**WHAT YOU ARE ASKED TO DO:** Whenever a line in the records below contains "extrude", pick it out.

[Records drawn from a dataset]
..............................

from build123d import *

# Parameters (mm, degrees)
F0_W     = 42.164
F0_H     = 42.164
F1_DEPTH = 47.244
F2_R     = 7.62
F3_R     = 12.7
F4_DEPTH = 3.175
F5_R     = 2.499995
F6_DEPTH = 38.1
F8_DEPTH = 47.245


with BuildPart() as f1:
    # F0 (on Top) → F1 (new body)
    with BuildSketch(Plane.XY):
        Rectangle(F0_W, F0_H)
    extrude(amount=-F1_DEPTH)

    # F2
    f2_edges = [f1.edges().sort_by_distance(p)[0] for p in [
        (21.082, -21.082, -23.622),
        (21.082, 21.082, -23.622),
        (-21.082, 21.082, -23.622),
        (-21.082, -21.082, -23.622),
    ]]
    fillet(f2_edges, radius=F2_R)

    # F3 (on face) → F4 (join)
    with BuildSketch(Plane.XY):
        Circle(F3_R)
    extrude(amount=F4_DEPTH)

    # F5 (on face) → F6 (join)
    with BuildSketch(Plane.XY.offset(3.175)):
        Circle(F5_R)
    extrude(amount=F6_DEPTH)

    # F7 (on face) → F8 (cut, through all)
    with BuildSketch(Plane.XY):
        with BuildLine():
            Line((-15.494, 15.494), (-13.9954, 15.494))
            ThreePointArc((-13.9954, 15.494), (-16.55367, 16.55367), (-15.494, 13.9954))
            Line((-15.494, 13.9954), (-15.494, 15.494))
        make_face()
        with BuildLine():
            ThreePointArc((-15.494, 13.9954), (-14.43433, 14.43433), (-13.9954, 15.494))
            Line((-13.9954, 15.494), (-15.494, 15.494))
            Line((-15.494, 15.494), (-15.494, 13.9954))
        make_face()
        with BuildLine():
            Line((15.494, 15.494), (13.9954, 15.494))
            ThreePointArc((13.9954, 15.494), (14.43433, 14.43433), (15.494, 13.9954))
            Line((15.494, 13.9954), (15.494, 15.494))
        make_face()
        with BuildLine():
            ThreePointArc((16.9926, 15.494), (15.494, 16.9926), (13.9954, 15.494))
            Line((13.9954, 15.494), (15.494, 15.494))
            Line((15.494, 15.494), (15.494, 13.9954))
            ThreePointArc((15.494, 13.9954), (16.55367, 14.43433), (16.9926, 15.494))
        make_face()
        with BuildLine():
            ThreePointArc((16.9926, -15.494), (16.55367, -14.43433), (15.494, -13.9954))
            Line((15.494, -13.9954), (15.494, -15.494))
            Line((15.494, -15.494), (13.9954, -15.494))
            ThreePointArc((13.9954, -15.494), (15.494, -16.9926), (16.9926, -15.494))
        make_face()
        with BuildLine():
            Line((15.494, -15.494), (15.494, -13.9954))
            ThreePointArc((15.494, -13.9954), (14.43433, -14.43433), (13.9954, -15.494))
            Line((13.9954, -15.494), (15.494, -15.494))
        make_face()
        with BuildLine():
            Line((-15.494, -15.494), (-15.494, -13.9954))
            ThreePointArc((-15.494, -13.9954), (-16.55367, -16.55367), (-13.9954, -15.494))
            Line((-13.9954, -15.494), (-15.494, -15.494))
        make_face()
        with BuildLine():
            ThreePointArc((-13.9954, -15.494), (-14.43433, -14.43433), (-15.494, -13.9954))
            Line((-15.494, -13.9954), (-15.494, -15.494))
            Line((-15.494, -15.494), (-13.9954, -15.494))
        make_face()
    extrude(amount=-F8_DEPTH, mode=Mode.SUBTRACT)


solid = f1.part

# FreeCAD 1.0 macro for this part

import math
import FreeCAD as App
import Part
import Sketcher
from FreeCAD import Vector
Q = App.Units.Quantity


def edges_at(feature, points):
    """Names of the edges that pass closest to the given points."""
    edges = feature.Shape.Edges
    near = lambda p: min(range(len(edges)), key=lambda i: edges[i].distToShape(Part.Vertex(*p))[0])
    return sorted({f"Edge{near(p) + 1}" for p in points})


def add_polygon(sketch, points):
    """Adds a closed chain of lines whose ends are joined by coincident constraints."""
    first, n = sketch.GeometryCount, len(points)
    for a, b in zip(points, points[1:] + points[:1]):
        sketch.addGeometry(Part.LineSegment(App.Vector(*a, 0), App.Vector(*b, 0)), False)
    for i in range(n):
        sketch.addConstraint(Sketcher.Constraint("Coincident", first + i, 2, first + (i + 1) % n, 1))

doc = App.newDocument("Part")
body = doc.addObject("PartDesign::Body", "Body")

sketch1 = body.newObject("Sketcher::SketchObject", "Sketch")
sketch1.AttachmentSupport = (doc.getObject("XY_Plane"), [""])
sketch1.MapMode = "FlatFace"
add_polygon(sketch1, [(-21.082, 21.082), (-21.082, -21.082), (21.082, -21.082), (21.082, 21.082)])
sketch1.addConstraint(Sketcher.Constraint("Vertical", 0))
sketch1.addConstraint(Sketcher.Constraint("Horizontal", 1))
sketch1.addConstraint(Sketcher.Constraint("Vertical", 2))
sketch1.addConstraint(Sketcher.Constraint("Horizontal", 3))
sketch1.addConstraint(Sketcher.Constraint("Symmetric", 0, 2, 2, 2, -1, 1))
sketch1.addConstraint(Sketcher.Constraint("Equal", 3, 0))
sketch1.addConstraint(Sketcher.Constraint("DistanceX", 1, 1, 1, 2, Q("1.66 in")))
pad1 = body.newObject("PartDesign::Pad", "Pad")
pad1.Profile = sketch1
pad1.Length = Q("1.86 in")
pad1.Reversed = True
doc.recompute()

fillet = body.newObject("PartDesign::Fillet", "Fillet")
fillet.Base = (pad1, edges_at(pad1, [
    (21.082, -21.082, -23.622),
    (21.082, 21.082, -23.622),
    (-21.082, 21.082, -23.622),
    (-21.082, -21.082, -23.622),
]))
fillet.Radius = Q("0.3 in")

sketch2 = body.newObject("Sketcher::SketchObject", "Sketch001")
sketch2.AttachmentSupport = (doc.getObject("XY_Plane"), [""])
sketch2.MapMode = "FlatFace"
sketch2.addGeometry(Part.Circle(Vector(0, 0, 0), Vector(0, 0, 1), 12.7), False)
sketch2.addConstraint(Sketcher.Constraint("Coincident", 0, 3, -1, 1))
sketch2.addConstraint(Sketcher.Constraint("Diameter", 0, Q("1 in")))
pad2 = body.newObject("PartDesign::Pad", "Pad001")
pad2.Profile = sketch2
pad2.Length = Q("0.125 in")

sketch3 = body.newObject("Sketcher::SketchObject", "Sketch002")
sketch3.AttachmentSupport = (doc.getObject("XY_Plane"), [""])
sketch3.MapMode = "FlatFace"
sketch3.AttachmentOffset = App.Placement(Vector(0, 0, 0.125 * 25.4), App.Rotation())
sketch3.addGeometry(Part.Circle(Vector(0, 0, 0), Vector(0, 0, 1), 2.499995), False)
sketch3.addConstraint(Sketcher.Constraint("Coincident", 0, 3, -1, 1))
sketch3.addConstraint(Sketcher.Constraint("Diameter", 0, 4.99999))
pad3 = body.newObject("PartDesign::Pad", "Pad002")
pad3.Profile = sketch3
pad3.Length = Q("1.5 in")

sketch4 = body.newObject("Sketcher::SketchObject", "Sketch003")
sketch4.AttachmentSupport = (doc.getObject("XY_Plane"), [""])
sketch4.MapMode = "FlatFace"
sketch4.addGeometry(Part.ArcOfCircle(Part.Circle(Vector(-15.494, 15.494, 0), Vector(0, 0, 1), 1.4986), math.radians(0.000005), math.radians(269.999995)), False)
sketch4.addGeometry(Part.ArcOfCircle(Part.Circle(Vector(-15.494001, 15.494001, 0), Vector(0, 0, 1), 1.498601), math.radians(-89.999971), math.radians(-0.000029)), False)
sketch4.addGeometry(Part.ArcOfCircle(Part.Circle(Vector(15.494001, 15.494001, 0), Vector(0, 0, 1), 1.498601), math.radians(-179.999971), math.radians(-90.000029)), False)
sketch4.addGeometry(Part.ArcOfCircle(Part.Circle(Vector(15.493999, 15.494001, 0), Vector(0, 0, 1), 1.498601), math.radians(-89.999971), math.radians(-0.000029)), False)
sketch4.addGeometry(Part.ArcOfCircle(Part.Circle(Vector(15.494, 15.494, 0), Vector(0, 0, 1), 1.4986), math.radians(0), math.radians(180)), False)
sketch4.addGeometry(Part.ArcOfCircle(Part.Circle(Vector(15.493999, -15.494001, 0), Vector(0, 0, 1), 1.498601), math.radians(0.000029), math.radians(89.999971)), False)
sketch4.addGeometry(Part.ArcOfCircle(Part.Circle(Vector(15.494001, -15.494001, 0), Vector(0, 0, 1), 1.498601), math.radians(90.000029), math.radians(179.999971)), False)
sketch4.addGeometry(Part.ArcOfCircle(Part.Circle(Vector(15.494, -15.494, 0), Vector(0, 0, 1), 1.4986), math.radians(180), math.radians(360)), False)
sketch4.addGeometry(Part.ArcOfCircle(Part.Circle(Vector(-15.494, -15.494, 0), Vector(0, 0, 1), 1.4986), math.radians(90.000005), math.radians(359.999995)), False)
sketch4.addGeometry(Part.ArcOfCircle(Part.Circle(Vector(-15.494001, -15.494001, 0), Vector(0, 0, 1), 1.498601), math.radians(0.000029), math.radians(89.999971)), False)
sketch4.addConstraint(Sketcher.Constraint("Tangent", 0, 1, 1, 2))
sketch4.addConstraint(Sketcher.Constraint("Coincident", 1, 1, 0, 2))
sketch4.addConstraint(Sketcher.Constraint("Tangent", 2, 2, 3, 1))
sketch4.addConstraint(Sketcher.Constraint("Tangent", 3, 2, 4, 1))
sketch4.addConstraint(Sketcher.Constraint("Tangent", 4, 2, 2, 1))
sketch4.addConstraint(Sketcher.Constraint("Tangent", 5, 2, 6, 1))
sketch4.addConstraint(Sketcher.Constraint("Tangent", 6, 2, 7, 1))
sketch4.addConstraint(Sketcher.Constraint("Tangent", 7, 2, 5, 1))
sketch4.addConstraint(Sketcher.Constraint("Tangent", 8, 1, 9, 2))
sketch4.addConstraint(Sketcher.Constraint("Coincident", 9, 1, 8, 2))
sketch4.addConstraint(Sketcher.Constraint("Equal", 1, 2))
sketch4.addConstraint(Sketcher.Constraint("Equal", 4, 5))
sketch4.addConstraint(Sketcher.Constraint("Equal", 7, 8))
sketch4.addConstraint(Sketcher.Constraint("Symmetric", 0, 3, 5, 3, -1, 1))
sketch4.addConstraint(Sketcher.Constraint("Symmetric", 2, 3, 8, 3, -1, 1))
sketch4.addConstraint(Sketcher.Constraint("Symmetric", 0, 3, 2, 3, -2))
sketch4.addConstraint(Sketcher.Constraint("Horizontal", 4, 3, 0, 1))
sketch4.addConstraint(Sketcher.Constraint("Horizontal", 0, 1, 3, 2))
sketch4.addConstraint(Sketcher.Constraint("Horizontal", 3, 2, 4, 2))
sketch4.addConstraint(Sketcher.Constraint("Horizontal", 9, 3, 6, 2))
sketch4.addConstraint(Sketcher.Constraint("Horizontal", 6, 2, 7, 2))
sketch4.addConstraint(Sketcher.Constraint("Horizontal", 7, 2, 9, 1))
sketch4.addConstraint(Sketcher.Constraint("Vertical", 9, 3, 1, 1))
sketch4.addConstraint(Sketcher.Constraint("Vertical", 7, 3, 2, 2))
sketch4.addConstraint(Sketcher.Constraint("Vertical", 2, 2, 5, 2))
sketch4.addConstraint(Sketcher.Constraint("Vertical", 1, 1, 8, 1))
sketch4.addConstraint(Sketcher.Constraint("Radius", 0, Q("0.059 in")))
sketch4.addConstraint(Sketcher.Constraint("DistanceX", 0, 3, -1, 1, Q("0.61 in")))
sketch4.addConstraint(Sketcher.Constraint("DistanceY", -1, 1, 0, 3, Q("0.61 in")))
pocket1 = body.newObject("PartDesign::Pocket", "Pocket")
pocket1.Profile = sketch4
pocket1.Type = "ThroughAll"

doc.recompute()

..............................

**RESULT OF THIS EXERCISE:**
    extrude(amount=-F1_DEPTH)
    extrude(amount=F4_DEPTH)
    extrude(amount=F6_DEPTH)
    extrude(amount=-F8_DEPTH, mode=Mode.SUBTRACT)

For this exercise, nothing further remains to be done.